Though I am generally a classicist or a purist, I can appreciate the value of the work you do by looking at the passion it ignites within your readers.

And as a high school English teacher of students who vehemently refuse to accept the idea that reading is fun...ANYTHING that gets people to read voraciously is okay by me!


Jillian Dee

Reviewer for www.bookshelfbombshells.com -- launching July 2011!
Minx_Malone
Jun. 22nd, 2011 03:03 am (UTC)
This comment has convinced me
If the rest of the post didn't do it, this comment alone would have convinced me to buy one of your books! I agree completely.
Linda George
Jun. 21st, 2011 11:31 pm (UTC)
I really like Rob's take on the old myths.
One of the reason I enjoy Rob's books so much is that very different take on mythology. To me, that is what the whole Urban Fantasy genre is about. It is this take along with the great personalities that make her books so unique and enjoyable. I stumbled across Nightlife as mentioned in a blog and couldn't wait to get it in my hands. It was so worth it and I have enjoyed the ride so very much.
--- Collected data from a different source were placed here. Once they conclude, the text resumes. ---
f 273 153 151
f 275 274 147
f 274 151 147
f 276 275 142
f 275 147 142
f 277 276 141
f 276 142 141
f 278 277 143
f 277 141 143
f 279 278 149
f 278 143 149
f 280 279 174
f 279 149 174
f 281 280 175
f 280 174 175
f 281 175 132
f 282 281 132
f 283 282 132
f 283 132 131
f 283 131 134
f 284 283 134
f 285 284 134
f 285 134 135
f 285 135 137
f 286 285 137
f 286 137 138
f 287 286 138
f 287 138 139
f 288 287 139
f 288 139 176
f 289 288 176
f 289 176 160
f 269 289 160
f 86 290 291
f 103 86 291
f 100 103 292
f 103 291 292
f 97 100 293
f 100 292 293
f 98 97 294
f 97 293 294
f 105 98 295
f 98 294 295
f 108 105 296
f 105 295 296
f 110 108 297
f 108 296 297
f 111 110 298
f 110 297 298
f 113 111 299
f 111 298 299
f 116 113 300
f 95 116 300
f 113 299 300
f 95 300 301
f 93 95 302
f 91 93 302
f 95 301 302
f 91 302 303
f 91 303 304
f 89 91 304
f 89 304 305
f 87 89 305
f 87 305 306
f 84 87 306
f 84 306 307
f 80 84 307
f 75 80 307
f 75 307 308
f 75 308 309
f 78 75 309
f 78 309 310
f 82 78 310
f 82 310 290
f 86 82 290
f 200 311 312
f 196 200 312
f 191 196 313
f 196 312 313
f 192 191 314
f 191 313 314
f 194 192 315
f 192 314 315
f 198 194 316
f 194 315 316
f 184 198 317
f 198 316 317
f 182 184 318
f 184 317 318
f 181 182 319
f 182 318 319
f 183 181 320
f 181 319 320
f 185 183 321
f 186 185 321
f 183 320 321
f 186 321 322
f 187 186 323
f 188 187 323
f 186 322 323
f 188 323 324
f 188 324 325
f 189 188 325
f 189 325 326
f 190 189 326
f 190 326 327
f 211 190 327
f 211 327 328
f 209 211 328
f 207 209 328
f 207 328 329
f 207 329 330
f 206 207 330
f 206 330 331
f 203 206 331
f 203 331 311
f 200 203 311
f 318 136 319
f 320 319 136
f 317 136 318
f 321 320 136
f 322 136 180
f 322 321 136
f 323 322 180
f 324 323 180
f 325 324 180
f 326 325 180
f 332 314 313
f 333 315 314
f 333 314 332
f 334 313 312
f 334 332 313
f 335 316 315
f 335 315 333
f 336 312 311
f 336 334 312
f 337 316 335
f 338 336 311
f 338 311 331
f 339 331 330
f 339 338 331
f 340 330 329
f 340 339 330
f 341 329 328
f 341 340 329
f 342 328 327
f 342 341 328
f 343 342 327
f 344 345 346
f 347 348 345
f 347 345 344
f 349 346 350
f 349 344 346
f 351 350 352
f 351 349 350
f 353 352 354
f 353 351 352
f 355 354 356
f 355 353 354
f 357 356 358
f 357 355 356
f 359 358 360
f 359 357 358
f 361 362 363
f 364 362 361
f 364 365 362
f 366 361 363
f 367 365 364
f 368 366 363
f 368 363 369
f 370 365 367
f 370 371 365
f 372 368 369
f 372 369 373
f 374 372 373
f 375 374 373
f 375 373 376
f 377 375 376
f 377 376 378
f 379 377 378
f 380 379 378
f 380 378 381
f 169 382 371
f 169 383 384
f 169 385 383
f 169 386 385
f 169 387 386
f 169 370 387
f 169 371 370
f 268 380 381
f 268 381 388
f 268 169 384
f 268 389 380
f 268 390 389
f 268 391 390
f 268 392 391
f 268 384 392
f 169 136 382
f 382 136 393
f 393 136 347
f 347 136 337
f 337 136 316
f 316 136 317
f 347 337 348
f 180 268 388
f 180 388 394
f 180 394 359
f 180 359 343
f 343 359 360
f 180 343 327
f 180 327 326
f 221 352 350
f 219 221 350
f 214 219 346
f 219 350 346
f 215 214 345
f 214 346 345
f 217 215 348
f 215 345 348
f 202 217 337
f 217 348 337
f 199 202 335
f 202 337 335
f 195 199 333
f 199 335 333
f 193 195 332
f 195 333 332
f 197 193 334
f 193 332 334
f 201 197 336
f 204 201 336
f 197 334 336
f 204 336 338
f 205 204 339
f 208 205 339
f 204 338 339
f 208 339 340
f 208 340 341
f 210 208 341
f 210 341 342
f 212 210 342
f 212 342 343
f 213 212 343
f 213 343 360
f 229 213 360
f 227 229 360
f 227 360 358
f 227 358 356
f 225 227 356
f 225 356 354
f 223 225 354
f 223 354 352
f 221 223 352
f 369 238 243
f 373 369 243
Stay Snarkey and Gritty! I love these books.
rubygirl29
Jun. 22nd, 2011 12:23 am (UTC)
Rob Thurman was my first introduction into Urban Fantasy. When Nightlife crossed my desk at the library, I was immediately captured by the idea of Cal, half-monster, half-human, and Niko, his ninja-esque brother. I was hooked. I've been recommending the hell out of her books to my fellow librarians, and customers who like Urban Fantasy. Waiting for the next book is nerve-wracking!

I also love how she has taken the Trickster mythology and used it in her Trixa series. She has a gift for writing characters who are both real and fey, and still making you care about them.

She's a keeper. One of the authors who I will buy even though I have access to her books at the library.
(Anonymous)
Jun. 22nd, 2011 01:58 am (UTC)
I never liked rules either.
beenonfire
Jun. 22nd, 2011 04:08 pm (UTC)
I've really enjoyed this look at the thoughts behind the building of the Cal Leandros world. Almost as much as I've enjoyed the series itself!

Although I love our dearly held myths and I've spent far too much of my time on Earth studying it in school and of my own accord, I will cut a great deal of slack to an author who can put an original spin on it all. I'll take the same old spin too, if it's at least well-written. (The thing I love about Rob Thurman is that it's both!)
(Anonymous)
Jun. 22nd, 2011 06:29 pm (UTC)
This is a really cool interview. I'm a huge fan, and one of the things I love the most about Robs books, is that the mythology is so different.
jedimika
Jun. 22nd, 2011 11:24 pm (UTC)
Listened to the Binwalla podcast today...great interview!
deidre_dee
Jun. 22nd, 2011 11:45 pm (UTC)
Mythology is interesting to begin with, but originality is always a good thing.

That way the story hasn't been done before.

But that's what I like about Rob, there's some basis in "reality" (haha) when it comes to past myths but she twists them all up without being too over the the top.

I love her books and for someone who reads, eats and breathes nothing but fantasy/sci-fi, she has a different take on them than most authors and she's gritty without being too dirty. (;

There's always hope at the end. No matter how bleak.

Loved the interview, and the pictures of course.
riley_merrick
Jun. 23rd, 2011 12:18 am (UTC)
Personally, I love the twisty turns Rob takes with mythology. I quite enjoy how Ilona Andrews took vampires and made them gross again, and I *really* enjoy what Rob's idea of elves are -- take that, Legolas fans. *snicker*

And fur chaps, hee.
linziday
Jun. 23rd, 2011 02:02 am (UTC)
LOVE your books!
vanishinginq
Jun. 25th, 2011 02:05 pm (UTC)
I think honestly my favorite part of the mythology that Thurman created was the part about werewolves. I don't remember ever reading anything when someone said that they were in fact wolves that changed into people, not people who changed into wolves. Probably one of the most original things I've ever seen done to the werewolf legend, and actually made me like them.